_TASK OBJECTIVE_
Please transcribe the entries below without changing a single character.

*** LISTED ENTRIES

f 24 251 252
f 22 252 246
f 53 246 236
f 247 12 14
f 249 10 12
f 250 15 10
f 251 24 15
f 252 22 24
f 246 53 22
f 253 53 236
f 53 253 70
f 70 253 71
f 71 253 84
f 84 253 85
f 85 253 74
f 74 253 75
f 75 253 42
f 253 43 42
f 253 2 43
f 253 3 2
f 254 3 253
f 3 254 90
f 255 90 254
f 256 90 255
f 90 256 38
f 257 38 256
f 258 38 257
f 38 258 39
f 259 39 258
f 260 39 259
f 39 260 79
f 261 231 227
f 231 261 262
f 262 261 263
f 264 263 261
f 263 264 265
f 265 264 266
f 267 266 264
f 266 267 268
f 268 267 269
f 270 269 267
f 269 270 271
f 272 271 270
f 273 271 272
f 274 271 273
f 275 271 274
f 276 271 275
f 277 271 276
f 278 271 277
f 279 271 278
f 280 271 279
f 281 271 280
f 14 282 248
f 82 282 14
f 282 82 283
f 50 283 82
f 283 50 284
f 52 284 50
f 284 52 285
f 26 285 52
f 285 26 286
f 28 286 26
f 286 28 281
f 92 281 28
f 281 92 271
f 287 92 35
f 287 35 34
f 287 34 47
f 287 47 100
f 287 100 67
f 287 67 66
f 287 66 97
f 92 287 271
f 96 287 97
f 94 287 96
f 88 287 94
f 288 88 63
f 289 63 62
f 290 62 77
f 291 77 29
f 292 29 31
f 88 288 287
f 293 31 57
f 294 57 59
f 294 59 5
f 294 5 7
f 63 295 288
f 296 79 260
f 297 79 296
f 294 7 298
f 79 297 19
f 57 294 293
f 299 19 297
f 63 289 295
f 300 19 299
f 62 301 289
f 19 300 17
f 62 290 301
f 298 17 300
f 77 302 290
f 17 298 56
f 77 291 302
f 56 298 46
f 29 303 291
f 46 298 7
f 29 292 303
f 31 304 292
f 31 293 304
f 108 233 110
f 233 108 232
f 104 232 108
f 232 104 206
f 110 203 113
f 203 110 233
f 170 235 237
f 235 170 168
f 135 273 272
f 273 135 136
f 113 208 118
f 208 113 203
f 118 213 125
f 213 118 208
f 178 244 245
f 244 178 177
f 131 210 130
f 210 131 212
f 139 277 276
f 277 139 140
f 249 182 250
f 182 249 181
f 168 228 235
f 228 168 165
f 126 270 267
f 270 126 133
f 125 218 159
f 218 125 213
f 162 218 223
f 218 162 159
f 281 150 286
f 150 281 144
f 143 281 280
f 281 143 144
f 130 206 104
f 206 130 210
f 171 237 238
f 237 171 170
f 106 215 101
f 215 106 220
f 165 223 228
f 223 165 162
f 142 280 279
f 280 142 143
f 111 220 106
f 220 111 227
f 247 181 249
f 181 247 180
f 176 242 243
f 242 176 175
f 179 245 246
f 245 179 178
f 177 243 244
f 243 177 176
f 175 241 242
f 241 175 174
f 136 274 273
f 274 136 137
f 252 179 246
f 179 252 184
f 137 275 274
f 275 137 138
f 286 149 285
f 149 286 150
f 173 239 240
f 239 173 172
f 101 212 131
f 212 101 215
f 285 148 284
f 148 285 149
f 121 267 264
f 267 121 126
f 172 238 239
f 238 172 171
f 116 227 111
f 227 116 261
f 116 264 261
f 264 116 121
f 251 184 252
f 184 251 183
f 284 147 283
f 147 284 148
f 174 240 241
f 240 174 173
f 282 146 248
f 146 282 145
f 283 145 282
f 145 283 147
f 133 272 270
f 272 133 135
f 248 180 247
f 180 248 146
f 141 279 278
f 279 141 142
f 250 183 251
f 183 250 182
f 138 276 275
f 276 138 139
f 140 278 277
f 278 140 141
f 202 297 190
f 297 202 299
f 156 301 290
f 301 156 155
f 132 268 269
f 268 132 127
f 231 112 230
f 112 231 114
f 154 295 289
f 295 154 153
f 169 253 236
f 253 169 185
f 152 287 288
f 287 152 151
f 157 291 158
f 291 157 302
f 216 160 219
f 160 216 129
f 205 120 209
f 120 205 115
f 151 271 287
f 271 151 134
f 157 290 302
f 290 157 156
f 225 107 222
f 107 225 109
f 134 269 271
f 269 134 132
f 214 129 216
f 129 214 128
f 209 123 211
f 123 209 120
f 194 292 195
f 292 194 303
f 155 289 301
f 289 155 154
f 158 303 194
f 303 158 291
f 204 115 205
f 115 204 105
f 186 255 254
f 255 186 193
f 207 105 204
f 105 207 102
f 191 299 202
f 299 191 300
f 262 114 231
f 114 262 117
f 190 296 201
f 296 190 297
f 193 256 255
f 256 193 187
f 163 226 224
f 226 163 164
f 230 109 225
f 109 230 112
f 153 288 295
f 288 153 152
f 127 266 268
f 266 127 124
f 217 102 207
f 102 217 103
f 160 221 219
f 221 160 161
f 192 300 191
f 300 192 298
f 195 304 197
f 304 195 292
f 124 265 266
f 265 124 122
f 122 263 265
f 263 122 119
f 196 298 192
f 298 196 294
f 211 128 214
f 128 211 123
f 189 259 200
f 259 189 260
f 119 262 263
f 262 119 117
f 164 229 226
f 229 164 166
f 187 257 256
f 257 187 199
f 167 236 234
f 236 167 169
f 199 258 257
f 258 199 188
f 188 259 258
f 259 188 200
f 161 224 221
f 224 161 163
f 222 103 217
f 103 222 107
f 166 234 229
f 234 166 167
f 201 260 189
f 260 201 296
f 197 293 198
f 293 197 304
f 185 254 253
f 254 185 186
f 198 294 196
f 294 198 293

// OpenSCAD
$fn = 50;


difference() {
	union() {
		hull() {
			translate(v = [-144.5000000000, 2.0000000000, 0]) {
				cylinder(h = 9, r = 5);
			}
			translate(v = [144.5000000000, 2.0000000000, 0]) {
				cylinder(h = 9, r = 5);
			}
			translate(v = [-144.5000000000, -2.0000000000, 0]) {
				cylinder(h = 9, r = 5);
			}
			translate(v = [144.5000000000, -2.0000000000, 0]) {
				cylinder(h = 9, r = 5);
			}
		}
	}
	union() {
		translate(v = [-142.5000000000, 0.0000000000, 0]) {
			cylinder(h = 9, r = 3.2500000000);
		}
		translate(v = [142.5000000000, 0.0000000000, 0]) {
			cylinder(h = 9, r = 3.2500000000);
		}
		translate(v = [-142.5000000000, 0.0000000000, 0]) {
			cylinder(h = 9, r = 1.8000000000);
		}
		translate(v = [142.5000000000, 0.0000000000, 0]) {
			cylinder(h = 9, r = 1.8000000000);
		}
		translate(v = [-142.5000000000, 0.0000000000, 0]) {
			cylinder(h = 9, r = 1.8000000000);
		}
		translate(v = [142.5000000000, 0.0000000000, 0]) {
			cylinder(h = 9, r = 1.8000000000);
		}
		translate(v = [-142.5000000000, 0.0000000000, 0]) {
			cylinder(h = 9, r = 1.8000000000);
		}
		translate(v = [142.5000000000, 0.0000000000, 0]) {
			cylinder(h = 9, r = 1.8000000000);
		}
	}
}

******

_OUTPUT FOR THIS EXERCISE_
f 24 251 252
f 22 252 246
f 53 246 236
f 247 12 14
f 249 10 12
f 250 15 10
f 251 24 15
f 252 22 24
f 246 53 22
f 253 53 236
f 53 253 70
f 70 253 71
f 71 253 84
f 84 253 85
f 85 253 74
f 74 253 75
f 75 253 42
f 253 43 42
f 253 2 43
f 253 3 2
f 254 3 253
f 3 254 90
f 255 90 254
f 256 90 255
f 90 256 38
f 257 38 256
f 258 38 257
f 38 258 39
f 259 39 258
f 260 39 259
f 39 260 79
f 261 231 227
f 231 261 262
f 262 261 263
f 264 263 261
f 263 264 265
f 265 264 266
f 267 266 264
f 266 267 268
f 268 267 269
f 270 269 267
f 269 270 271
f 272 271 270
f 273 271 272
f 274 271 273
f 275 271 274
f 276 271 275
f 277 271 276
f 278 271 277
f 279 271 278
f 280 271 279
f 281 271 280
f 14 282 248
f 82 282 14
f 282 82 283
f 50 283 82
f 283 50 284
f 52 284 50
f 284 52 285
f 26 285 52
f 285 26 286
f 28 286 26
f 286 28 281
f 92 281 28
f 281 92 271
f 287 92 35
f 287 35 34
f 287 34 47
f 287 47 100
f 287 100 67
f 287 67 66
f 287 66 97
f 92 287 271
f 96 287 97
f 94 287 96
f 88 287 94
f 288 88 63
f 289 63 62
f 290 62 77
f 291 77 29
f 292 29 31
f 88 288 287
f 293 31 57
f 294 57 59
f 294 59 5
f 294 5 7
f 63 295 288
f 296 79 260
f 297 79 296
f 294 7 298
f 79 297 19
f 57 294 293
f 299 19 297
f 63 289 295
f 300 19 299
f 62 301 289
f 19 300 17
f 62 290 301
f 298 17 300
f 77 302 290
f 17 298 56
f 77 291 302
f 56 298 46
f 29 303 291
f 46 298 7
f 29 292 303
f 31 304 292
f 31 293 304
f 108 233 110
f 233 108 232
f 104 232 108
f 232 104 206
f 110 203 113
f 203 110 233
f 170 235 237
f 235 170 168
f 135 273 272
f 273 135 136
f 113 208 118
f 208 113 203
f 118 213 125
f 213 118 208
f 178 244 245
f 244 178 177
f 131 210 130
f 210 131 212
f 139 277 276
f 277 139 140
f 249 182 250
f 182 249 181
f 168 228 235
f 228 168 165
f 126 270 267
f 270 126 133
f 125 218 159
f 218 125 213
f 162 218 223
f 218 162 159
f 281 150 286
f 150 281 144
f 143 281 280
f 281 143 144
f 130 206 104
f 206 130 210
f 171 237 238
f 237 171 170
f 106 215 101
f 215 106 220
f 165 223 228
f 223 165 162
f 142 280 279
f 280 142 143
f 111 220 106
f 220 111 227
f 247 181 249
f 181 247 180
f 176 242 243
f 242 176 175
f 179 245 246
f 245 179 178
f 177 243 244
f 243 177 176
f 175 241 242
f 241 175 174
f 136 274 273
f 274 136 137
f 252 179 246
f 179 252 184
f 137 275 274
f 275 137 138
f 286 149 285
f 149 286 150
f 173 239 240
f 239 173 172
f 101 212 131
f 212 101 215
f 285 148 284
f 148 285 149
f 121 267 264
f 267 121 126
f 172 238 239
f 238 172 171
f 116 227 111
f 227 116 261
f 116 264 261
f 264 116 121
f 251 184 252
f 184 251 183
f 284 147 283
f 147 284 148
f 174 240 241
f 240 174 173
f 282 146 248
f 146 282 145
f 283 145 282
f 145 283 147
f 133 272 270
f 272 133 135
f 248 180 247
f 180 248 146
f 141 279 278
f 279 141 142
f 250 183 251
f 183 250 182
f 138 276 275
f 276 138 139
f 140 278 277
f 278 140 141
f 202 297 190
f 297 202 299
f 156 301 290
f 301 156 155
f 132 268 269
f 268 132 127
f 231 112 230
f 112 231 114
f 154 295 289
f 295 154 153
f 169 253 236
f 253 169 185
f 152 287 288
f 287 152 151
f 157 291 158
f 291 157 302
f 216 160 219
f 160 216 129
f 205 120 209
f 120 205 115
f 151 271 287
f 271 151 134
f 157 290 302
f 290 157 156
f 225 107 222
f 107 225 109
f 134 269 271
f 269 134 132
f 214 129 216
f 129 214 128
f 209 123 211
f 123 209 120
f 194 292 195
f 292 194 303
f 155 289 301
f 289 155 154
f 158 303 194
f 303 158 291
f 204 115 205
f 115 204 105
f 186 255 254
f 255 186 193
f 207 105 204
f 105 207 102
f 191 299 202
f 299 191 300
f 262 114 231
f 114 262 117
f 190 296 201
f 296 190 297
f 193 256 255
f 256 193 187
f 163 226 224
f 226 163 164
f 230 109 225
f 109 230 112
f 153 288 295
f 288 153 152
f 127 266 268
f 266 127 124
f 217 102 207
f 102 217 103
f 160 221 219
f 221 160 161
f 192 300 191
f 300 192 298
f 195 304 197
f 304 195 292
f 124 265 266
f 265 124 122
f 122 263 265
f 263 122 119
f 196 298 192
f 298 196 294
f 211 128 214
f 128 211 123
f 189 259 200
f 259 189 260
f 119 262 263
f 262 119 117
f 164 229 226
f 229 164 166
f 187 257 256
f 257 187 199
f 167 236 234
f 236 167 169
f 199 258 257
f 258 199 188
f 188 259 258
f 259 188 200
f 161 224 221
f 224 161 163
f 222 103 217
f 103 222 107
f 166 234 229
f 234 166 167
f 201 260 189
f 260 201 296
f 197 293 198
f 293 197 304
f 185 254 253
f 254 185 186
f 198 294 196
f 294 198 293

// OpenSCAD
$fn = 50;


difference() {
	union() {
		hull() {
			translate(v = [-144.5000000000, 2.0000000000, 0]) {
				cylinder(h = 9, r = 5);
			}
			translate(v = [144.5000000000, 2.0000000000, 0]) {
				cylinder(h = 9, r = 5);
			}
			translate(v = [-144.5000000000, -2.0000000000, 0]) {
				cylinder(h = 9, r = 5);
			}
			translate(v = [144.5000000000, -2.0000000000, 0]) {
				cylinder(h = 9, r = 5);
			}
		}
	}
	union() {
		translate(v = [-142.5000000000, 0.0000000000, 0]) {
			cylinder(h = 9, r = 3.2500000000);
		}
		translate(v = [142.5000000000, 0.0000000000, 0]) {
			cylinder(h = 9, r = 3.2500000000);
		}
		translate(v = [-142.5000000000, 0.0000000000, 0]) {
			cylinder(h = 9, r = 1.8000000000);
		}
		translate(v = [142.5000000000, 0.0000000000, 0]) {
			cylinder(h = 9, r = 1.8000000000);
		}
		translate(v = [-142.5000000000, 0.0000000000, 0]) {
			cylinder(h = 9, r = 1.8000000000);
		}
		translate(v = [142.5000000000, 0.0000000000, 0]) {
			cylinder(h = 9, r = 1.8000000000);
		}
		translate(v = [-142.5000000000, 0.0000000000, 0]) {
			cylinder(h = 9, r = 1.8000000000);
		}
		translate(v = [142.5000000000, 0.0000000000, 0]) {
			cylinder(h = 9, r = 1.8000000000);
		}
	}
}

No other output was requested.